[Saved data entries]
>>>>
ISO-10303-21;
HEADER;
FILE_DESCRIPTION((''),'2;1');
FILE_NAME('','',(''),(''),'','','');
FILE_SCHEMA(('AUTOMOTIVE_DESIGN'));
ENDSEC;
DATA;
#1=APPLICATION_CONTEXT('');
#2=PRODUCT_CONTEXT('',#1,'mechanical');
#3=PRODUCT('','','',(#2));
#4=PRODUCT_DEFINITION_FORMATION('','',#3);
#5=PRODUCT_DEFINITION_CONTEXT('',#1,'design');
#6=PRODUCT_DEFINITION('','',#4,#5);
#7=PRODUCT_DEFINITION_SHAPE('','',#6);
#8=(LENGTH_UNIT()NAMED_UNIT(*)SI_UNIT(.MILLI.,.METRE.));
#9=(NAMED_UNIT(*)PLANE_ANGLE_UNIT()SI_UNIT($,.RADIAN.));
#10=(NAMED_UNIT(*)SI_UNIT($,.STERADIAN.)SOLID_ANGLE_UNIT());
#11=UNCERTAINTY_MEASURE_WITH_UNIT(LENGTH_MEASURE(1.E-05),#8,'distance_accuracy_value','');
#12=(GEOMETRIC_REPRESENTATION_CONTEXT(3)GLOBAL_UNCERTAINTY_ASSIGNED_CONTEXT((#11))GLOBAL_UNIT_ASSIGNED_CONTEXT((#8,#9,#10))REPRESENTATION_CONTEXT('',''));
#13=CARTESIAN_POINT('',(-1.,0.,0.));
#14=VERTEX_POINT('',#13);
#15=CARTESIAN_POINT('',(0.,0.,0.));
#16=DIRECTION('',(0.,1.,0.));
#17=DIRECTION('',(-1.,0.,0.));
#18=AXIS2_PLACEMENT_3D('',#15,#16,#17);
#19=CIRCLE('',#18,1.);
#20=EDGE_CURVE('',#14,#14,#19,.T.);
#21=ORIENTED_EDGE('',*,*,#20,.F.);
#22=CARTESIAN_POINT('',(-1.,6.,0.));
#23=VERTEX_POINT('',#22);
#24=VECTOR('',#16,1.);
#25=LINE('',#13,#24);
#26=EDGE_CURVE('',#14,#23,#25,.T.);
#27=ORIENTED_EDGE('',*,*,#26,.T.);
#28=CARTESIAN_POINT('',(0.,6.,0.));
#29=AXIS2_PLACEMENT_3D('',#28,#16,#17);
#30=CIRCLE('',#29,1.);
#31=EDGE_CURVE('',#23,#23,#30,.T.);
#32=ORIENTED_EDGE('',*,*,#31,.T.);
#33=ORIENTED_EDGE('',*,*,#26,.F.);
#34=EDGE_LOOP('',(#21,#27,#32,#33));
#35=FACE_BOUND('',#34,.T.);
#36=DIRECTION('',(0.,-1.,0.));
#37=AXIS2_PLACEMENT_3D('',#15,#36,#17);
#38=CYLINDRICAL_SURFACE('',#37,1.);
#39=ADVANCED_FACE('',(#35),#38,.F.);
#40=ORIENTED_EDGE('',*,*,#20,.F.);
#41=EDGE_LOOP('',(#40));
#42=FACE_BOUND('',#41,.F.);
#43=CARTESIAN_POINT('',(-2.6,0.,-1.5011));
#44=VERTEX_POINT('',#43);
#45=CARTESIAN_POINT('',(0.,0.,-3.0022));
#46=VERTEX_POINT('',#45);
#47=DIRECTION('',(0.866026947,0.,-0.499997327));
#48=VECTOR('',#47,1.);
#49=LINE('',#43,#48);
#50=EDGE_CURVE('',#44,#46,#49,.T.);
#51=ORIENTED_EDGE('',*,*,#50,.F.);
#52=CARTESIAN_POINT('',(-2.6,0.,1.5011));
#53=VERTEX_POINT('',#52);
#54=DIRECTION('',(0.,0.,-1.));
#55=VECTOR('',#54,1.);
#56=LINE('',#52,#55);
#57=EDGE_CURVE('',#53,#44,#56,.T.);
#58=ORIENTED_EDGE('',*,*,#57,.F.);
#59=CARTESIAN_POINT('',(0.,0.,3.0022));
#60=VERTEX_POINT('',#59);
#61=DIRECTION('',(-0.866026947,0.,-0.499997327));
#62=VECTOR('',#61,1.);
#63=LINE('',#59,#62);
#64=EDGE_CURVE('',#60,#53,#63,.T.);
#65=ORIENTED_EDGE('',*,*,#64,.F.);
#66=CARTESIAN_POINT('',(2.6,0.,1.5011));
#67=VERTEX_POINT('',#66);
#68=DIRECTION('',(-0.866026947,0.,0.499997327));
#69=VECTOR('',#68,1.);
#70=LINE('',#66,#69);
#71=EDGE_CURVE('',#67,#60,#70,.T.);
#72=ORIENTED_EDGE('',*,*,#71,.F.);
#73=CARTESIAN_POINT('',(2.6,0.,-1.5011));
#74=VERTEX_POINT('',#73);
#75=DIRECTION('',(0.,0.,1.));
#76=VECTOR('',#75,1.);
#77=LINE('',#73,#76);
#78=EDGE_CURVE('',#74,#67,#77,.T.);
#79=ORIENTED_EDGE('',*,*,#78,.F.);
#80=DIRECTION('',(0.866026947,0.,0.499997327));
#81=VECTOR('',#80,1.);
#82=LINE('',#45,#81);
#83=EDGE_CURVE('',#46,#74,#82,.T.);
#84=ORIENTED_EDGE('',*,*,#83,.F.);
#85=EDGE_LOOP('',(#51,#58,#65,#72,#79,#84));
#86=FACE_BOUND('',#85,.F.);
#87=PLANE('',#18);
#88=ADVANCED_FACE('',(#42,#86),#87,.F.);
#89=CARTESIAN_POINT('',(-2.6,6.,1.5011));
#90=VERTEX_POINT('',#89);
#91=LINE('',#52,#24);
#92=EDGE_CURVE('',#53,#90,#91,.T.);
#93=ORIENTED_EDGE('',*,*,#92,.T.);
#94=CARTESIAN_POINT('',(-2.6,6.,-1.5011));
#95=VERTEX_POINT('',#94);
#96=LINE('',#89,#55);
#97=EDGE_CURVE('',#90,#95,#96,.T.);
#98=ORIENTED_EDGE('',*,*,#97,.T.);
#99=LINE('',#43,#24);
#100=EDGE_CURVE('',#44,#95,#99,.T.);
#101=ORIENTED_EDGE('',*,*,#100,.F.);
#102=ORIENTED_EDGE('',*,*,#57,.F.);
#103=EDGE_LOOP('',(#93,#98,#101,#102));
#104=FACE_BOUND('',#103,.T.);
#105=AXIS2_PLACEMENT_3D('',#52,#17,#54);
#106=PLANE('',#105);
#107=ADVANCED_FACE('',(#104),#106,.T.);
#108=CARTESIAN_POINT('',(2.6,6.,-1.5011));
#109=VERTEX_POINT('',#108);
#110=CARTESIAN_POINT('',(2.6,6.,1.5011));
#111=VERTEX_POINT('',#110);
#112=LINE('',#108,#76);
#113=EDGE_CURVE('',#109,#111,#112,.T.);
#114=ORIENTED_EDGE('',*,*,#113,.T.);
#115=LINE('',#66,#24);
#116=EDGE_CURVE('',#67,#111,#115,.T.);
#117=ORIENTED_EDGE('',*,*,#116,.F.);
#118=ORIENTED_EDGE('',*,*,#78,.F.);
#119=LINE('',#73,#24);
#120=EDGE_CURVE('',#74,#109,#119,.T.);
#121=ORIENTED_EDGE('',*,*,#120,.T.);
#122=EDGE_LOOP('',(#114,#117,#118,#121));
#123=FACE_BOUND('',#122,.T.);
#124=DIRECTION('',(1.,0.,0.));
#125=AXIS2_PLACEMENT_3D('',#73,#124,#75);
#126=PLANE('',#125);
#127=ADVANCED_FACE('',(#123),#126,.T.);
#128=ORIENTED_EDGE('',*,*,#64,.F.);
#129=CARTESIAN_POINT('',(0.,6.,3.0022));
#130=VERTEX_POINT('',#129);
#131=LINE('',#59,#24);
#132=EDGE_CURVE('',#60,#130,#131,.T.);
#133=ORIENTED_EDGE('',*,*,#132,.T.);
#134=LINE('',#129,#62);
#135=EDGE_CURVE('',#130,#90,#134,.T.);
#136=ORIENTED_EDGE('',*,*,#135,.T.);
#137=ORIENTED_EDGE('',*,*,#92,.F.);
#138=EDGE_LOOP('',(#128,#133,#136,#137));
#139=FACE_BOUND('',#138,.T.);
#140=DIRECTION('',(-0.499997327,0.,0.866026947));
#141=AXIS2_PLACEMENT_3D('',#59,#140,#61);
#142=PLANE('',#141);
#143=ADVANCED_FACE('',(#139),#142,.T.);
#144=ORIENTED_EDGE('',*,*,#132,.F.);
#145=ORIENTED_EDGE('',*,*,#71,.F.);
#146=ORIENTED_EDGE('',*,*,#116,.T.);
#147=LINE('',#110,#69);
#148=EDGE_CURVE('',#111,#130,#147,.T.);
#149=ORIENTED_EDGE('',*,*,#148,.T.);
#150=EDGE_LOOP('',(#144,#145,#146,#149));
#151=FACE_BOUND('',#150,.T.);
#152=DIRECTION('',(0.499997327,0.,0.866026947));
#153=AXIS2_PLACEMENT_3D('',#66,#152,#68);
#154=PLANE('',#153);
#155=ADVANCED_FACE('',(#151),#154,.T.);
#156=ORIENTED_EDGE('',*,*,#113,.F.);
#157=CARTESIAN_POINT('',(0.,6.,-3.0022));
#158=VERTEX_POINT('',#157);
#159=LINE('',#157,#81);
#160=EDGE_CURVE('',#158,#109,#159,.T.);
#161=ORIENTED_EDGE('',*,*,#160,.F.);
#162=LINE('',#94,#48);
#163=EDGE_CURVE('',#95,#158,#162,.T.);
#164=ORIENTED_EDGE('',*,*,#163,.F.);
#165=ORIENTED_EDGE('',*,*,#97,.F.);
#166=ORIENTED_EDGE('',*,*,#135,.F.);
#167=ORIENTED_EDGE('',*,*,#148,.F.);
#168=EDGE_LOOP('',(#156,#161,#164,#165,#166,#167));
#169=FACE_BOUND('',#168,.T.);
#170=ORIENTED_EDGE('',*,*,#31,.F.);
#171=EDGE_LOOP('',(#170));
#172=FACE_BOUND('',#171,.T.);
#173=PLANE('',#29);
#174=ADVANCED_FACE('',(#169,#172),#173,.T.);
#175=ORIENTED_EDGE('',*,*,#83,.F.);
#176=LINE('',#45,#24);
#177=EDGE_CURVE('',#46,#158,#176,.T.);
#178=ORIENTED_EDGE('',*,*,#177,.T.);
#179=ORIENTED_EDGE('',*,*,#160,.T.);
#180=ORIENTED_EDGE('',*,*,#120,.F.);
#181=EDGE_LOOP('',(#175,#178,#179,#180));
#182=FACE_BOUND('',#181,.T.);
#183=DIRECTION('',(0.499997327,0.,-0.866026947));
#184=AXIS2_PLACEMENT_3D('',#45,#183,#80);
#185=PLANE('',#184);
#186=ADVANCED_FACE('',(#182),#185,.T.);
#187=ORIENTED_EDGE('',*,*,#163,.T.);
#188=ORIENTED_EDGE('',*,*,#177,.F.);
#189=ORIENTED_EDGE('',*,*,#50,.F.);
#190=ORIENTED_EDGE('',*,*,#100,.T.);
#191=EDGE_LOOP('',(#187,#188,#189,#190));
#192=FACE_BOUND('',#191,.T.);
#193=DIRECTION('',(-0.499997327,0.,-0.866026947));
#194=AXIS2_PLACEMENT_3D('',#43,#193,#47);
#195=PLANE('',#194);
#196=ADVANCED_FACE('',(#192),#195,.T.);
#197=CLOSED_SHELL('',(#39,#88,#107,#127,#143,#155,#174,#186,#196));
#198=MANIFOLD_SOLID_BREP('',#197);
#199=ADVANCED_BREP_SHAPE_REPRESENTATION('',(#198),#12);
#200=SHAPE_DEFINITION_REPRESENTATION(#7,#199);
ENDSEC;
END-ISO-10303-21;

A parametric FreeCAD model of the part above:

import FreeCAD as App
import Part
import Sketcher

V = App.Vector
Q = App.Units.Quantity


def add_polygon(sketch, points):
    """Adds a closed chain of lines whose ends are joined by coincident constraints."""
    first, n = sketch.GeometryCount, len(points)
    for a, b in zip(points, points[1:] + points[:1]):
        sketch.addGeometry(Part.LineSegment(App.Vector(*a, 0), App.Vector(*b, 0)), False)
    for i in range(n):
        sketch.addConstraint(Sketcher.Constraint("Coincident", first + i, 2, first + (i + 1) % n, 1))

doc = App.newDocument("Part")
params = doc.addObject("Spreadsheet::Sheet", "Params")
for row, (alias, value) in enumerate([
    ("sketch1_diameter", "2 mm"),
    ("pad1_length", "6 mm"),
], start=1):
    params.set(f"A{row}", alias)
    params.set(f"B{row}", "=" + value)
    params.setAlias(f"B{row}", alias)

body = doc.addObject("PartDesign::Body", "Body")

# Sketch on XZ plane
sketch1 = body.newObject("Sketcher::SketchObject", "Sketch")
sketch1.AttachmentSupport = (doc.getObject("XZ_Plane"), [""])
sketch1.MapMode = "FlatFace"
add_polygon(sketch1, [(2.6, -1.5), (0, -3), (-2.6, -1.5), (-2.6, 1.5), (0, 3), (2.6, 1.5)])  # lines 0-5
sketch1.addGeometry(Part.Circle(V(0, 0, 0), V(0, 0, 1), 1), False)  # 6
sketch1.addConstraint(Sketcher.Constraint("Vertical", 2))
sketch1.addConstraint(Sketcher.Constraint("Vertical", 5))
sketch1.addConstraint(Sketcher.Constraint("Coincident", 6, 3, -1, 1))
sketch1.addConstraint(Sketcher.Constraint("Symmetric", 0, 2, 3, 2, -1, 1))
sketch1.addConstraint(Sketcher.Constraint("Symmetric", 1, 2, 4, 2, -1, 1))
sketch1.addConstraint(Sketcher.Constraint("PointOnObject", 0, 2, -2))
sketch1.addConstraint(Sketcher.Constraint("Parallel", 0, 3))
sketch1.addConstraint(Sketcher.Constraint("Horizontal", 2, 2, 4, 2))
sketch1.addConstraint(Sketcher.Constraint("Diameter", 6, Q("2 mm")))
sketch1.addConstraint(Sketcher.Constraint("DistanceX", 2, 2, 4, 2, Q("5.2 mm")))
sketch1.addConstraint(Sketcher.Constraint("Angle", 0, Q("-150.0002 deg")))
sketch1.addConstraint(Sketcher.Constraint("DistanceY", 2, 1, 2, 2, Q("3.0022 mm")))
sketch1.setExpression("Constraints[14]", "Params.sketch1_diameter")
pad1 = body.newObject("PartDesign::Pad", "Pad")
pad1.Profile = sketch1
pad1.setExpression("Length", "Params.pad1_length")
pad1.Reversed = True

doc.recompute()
<<<<
• [WHAT THE TASK ASKS] Please transcribe the data exactly from its first line. End with the line that contains "#3=PRODUCT('','','',(#2));".

• [ANSWER TO THE EXERCISE]
ISO-10303-21;
HEADER;
FILE_DESCRIPTION((''),'2;1');
FILE_NAME('','',(''),(''),'','','');
FILE_SCHEMA(('AUTOMOTIVE_DESIGN'));
ENDSEC;
DATA;
#1=APPLICATION_CONTEXT('');
#2=PRODUCT_CONTEXT('',#1,'mechanical');
#3=PRODUCT('','','',(#2));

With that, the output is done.